O clima entre passageiros e funcionários das empresas aéreas nesta madrugada no Aeroporto de Congonhas, na zona sul da capital paulista, era de tranqüilidade após um dia de caos em quatro dos principais aeroportos do País. Uma falha no sistema de comunicação de rádio do Cindacta -1, em Brasília, fez com que pousos e decolagens fossem suspensos por duas vezes ontem em São Paulo, Rio de Janeiro, Minas Gerais e Distrito Federal.

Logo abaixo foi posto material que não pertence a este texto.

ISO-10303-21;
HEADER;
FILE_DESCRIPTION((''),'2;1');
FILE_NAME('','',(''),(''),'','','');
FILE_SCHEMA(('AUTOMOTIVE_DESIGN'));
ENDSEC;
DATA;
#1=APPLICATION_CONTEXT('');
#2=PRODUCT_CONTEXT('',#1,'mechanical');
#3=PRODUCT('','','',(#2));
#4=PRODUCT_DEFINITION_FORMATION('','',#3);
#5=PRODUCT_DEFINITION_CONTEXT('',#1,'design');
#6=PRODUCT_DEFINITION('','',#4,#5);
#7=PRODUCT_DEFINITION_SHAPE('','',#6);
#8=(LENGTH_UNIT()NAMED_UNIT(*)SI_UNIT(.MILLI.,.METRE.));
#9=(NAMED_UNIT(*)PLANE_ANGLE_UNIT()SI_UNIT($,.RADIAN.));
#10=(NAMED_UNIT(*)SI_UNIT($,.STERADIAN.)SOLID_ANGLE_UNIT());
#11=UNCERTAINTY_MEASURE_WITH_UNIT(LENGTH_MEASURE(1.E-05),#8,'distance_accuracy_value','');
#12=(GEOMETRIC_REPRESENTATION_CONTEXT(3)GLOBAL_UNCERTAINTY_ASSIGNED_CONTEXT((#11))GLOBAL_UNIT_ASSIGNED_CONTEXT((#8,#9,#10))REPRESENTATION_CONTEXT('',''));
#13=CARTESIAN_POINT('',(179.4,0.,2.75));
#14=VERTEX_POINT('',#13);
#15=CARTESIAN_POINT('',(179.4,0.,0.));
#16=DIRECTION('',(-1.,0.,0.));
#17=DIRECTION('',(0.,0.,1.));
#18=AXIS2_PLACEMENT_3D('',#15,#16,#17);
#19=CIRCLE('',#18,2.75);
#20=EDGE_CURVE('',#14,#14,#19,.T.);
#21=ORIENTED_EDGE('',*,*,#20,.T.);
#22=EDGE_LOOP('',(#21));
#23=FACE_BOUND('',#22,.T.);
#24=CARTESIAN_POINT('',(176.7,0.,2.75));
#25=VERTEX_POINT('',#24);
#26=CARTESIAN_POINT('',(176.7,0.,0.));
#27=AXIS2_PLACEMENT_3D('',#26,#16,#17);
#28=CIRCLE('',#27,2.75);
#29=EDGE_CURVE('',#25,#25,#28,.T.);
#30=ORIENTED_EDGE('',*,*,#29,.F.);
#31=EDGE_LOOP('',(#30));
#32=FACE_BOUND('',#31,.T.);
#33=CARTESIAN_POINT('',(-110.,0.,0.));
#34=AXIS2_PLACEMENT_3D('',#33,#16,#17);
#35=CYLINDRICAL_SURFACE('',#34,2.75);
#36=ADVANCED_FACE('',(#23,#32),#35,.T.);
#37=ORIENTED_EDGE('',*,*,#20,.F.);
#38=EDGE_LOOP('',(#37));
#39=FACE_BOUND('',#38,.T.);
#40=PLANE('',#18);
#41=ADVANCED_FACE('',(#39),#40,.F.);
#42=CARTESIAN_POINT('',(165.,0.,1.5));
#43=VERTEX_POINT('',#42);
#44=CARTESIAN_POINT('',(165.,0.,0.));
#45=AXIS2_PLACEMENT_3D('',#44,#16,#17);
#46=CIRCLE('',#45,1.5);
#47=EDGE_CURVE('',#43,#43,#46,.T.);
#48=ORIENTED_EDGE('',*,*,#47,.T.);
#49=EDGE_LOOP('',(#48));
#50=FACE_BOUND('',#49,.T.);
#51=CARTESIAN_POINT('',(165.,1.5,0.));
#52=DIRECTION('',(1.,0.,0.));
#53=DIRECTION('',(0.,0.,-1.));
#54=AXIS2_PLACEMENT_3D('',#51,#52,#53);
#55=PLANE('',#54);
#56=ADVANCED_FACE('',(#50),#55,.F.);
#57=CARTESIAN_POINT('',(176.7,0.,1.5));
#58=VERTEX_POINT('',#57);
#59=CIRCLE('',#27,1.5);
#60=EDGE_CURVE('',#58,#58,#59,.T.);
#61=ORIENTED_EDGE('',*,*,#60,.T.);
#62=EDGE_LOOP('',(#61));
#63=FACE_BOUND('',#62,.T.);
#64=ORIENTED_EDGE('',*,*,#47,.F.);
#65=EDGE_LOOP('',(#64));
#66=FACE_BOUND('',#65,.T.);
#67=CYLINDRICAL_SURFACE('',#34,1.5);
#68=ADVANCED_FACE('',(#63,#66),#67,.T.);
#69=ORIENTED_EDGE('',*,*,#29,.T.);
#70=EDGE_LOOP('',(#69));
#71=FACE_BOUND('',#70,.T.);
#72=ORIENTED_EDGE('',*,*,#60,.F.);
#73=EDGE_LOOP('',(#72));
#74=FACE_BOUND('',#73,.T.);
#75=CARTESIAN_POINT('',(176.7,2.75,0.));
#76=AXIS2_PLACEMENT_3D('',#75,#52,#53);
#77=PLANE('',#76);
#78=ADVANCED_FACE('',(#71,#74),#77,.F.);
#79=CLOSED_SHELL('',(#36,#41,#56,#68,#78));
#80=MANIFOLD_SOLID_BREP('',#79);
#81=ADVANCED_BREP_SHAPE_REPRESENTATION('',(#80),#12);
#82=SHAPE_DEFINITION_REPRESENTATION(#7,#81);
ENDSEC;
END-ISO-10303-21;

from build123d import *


with BuildPart() as part:
    # Axial profile (mm) → Full revolution (revolve)
    with BuildSketch(Plane.XY, mode=Mode.PRIVATE) as full_revolution_sk:
        Polygon((165, 0), (179.4, 0), (179.4, 2.75), (176.7, 2.75), (176.7, 1.5), (165, 1.5), align=None)
    revolve(full_revolution_sk.sketch.rotate(Axis((-110, 0, 0), (1, 0, 0)), 90), axis=Axis((-110, 0, 0), (1, 0, 0)))


solid = part.part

Até a meia-noite, o movimento de passageiros em Congonhas era intenso. Com o anúncio nos alto-falantes do aeroporto, às 20h40, de que nenhum avião com horário posterior às 19 horas decolaria, formaram-se grandes filas, principalmente nas empresas TAM e Gol para remarcação de passagens.

A partir do início da madrugada, a maioria destas pessoas começou a ser encaminhada para hotéis. Por volta das 4 horas, o que se via em Congonhas eram passageiros se acomodando nas cadeiras e no chão do saguão do aeroporto, dormindo como podiam.

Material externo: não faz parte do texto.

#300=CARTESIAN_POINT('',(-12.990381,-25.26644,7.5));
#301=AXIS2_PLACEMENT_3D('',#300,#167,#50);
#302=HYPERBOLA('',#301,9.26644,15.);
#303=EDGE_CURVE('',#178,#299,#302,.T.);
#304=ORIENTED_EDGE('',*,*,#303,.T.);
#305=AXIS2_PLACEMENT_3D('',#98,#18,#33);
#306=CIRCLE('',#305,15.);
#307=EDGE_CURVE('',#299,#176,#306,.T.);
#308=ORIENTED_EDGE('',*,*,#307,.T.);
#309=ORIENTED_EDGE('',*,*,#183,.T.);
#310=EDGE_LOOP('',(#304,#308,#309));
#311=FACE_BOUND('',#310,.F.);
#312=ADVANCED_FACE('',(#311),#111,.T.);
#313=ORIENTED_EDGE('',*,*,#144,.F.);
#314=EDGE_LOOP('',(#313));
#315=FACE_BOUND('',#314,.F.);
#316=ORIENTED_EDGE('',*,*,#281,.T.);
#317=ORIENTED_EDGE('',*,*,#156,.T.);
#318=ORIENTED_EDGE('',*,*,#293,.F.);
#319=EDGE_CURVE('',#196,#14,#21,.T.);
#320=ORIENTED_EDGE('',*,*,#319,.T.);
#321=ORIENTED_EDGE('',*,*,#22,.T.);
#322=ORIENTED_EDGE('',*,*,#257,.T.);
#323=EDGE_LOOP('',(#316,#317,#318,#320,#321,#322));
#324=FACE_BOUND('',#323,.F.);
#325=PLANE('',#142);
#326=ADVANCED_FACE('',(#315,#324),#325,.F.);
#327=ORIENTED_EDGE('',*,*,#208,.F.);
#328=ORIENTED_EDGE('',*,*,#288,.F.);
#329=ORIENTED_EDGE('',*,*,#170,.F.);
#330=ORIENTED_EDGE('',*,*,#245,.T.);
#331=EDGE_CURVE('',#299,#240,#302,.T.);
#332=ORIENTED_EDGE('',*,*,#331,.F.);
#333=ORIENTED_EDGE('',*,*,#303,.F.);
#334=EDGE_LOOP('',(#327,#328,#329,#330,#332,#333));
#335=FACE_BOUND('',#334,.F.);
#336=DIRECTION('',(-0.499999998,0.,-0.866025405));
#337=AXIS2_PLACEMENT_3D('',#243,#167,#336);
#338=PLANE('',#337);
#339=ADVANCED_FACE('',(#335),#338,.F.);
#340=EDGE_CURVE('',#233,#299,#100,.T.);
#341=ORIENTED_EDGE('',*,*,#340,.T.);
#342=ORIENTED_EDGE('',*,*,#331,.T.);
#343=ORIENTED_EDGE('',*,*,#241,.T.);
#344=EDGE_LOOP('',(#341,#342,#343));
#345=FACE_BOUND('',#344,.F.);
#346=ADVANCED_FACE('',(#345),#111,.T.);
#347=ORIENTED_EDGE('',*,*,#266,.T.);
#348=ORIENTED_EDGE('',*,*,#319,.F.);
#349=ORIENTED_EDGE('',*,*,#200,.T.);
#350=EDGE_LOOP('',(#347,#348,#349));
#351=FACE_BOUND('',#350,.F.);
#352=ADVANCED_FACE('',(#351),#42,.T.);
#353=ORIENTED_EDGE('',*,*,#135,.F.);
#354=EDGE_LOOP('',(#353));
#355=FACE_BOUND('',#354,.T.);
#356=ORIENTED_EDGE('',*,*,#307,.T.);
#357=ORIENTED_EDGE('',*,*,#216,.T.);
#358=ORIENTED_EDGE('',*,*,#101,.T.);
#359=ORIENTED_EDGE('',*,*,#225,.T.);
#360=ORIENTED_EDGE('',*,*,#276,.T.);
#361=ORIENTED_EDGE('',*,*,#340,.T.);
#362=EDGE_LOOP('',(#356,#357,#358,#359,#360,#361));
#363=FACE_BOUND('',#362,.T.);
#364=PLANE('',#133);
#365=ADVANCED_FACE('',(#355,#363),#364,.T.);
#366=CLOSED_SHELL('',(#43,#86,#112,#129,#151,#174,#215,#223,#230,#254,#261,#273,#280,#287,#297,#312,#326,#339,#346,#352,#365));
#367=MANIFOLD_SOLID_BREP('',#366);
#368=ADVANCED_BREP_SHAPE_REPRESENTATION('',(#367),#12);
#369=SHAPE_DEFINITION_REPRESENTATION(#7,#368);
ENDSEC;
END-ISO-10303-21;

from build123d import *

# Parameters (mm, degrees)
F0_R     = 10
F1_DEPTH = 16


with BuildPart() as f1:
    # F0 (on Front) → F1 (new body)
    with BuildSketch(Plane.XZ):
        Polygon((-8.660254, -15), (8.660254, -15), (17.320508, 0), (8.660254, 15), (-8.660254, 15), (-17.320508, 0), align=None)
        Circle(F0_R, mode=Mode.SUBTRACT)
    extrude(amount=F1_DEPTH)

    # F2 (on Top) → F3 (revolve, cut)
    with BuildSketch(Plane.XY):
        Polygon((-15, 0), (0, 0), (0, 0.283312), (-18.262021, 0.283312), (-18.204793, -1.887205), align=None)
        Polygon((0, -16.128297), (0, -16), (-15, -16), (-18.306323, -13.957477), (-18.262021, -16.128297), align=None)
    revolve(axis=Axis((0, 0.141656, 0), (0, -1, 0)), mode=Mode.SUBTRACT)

"Tem que dormir aqui, porque não deram hotel, não tem vaga, não tem nada, disse Jussara de Lima, de 43 anos, professora que estava com seus dois filhos, de 10 e 4 anos, dormindo no chão do aeroporto.

A situação em Congonhas pode voltar a ficar complicada a partir das 6h30 desta manhã, pois haverá o acúmulo de passageiros, que deveriam ter embarcado ontem e remarcaram vôos para manhã de hoje, e de pessoas que já estão com vôos pré-agendados, conforme os bilhetes comprados.

Já no Aeroporto Internacional de São Paulo, em Cumbica, Guarulhos, às 4h50 desta madrugada eram registrados atrasos em cinco chegadas, uma delas de uma aeronave da Gol, de vôo 1661, partindo de Recife, que deveria ter pousado às 23h45, mas até às 4h30 ainda não havia chegado. Em relação às decolagens, havia o registro apenas de dois vôos em atraso, um da TAM com destino a Cuiabá(MT), e outro da Varig, que seguirá para Buenos Aires.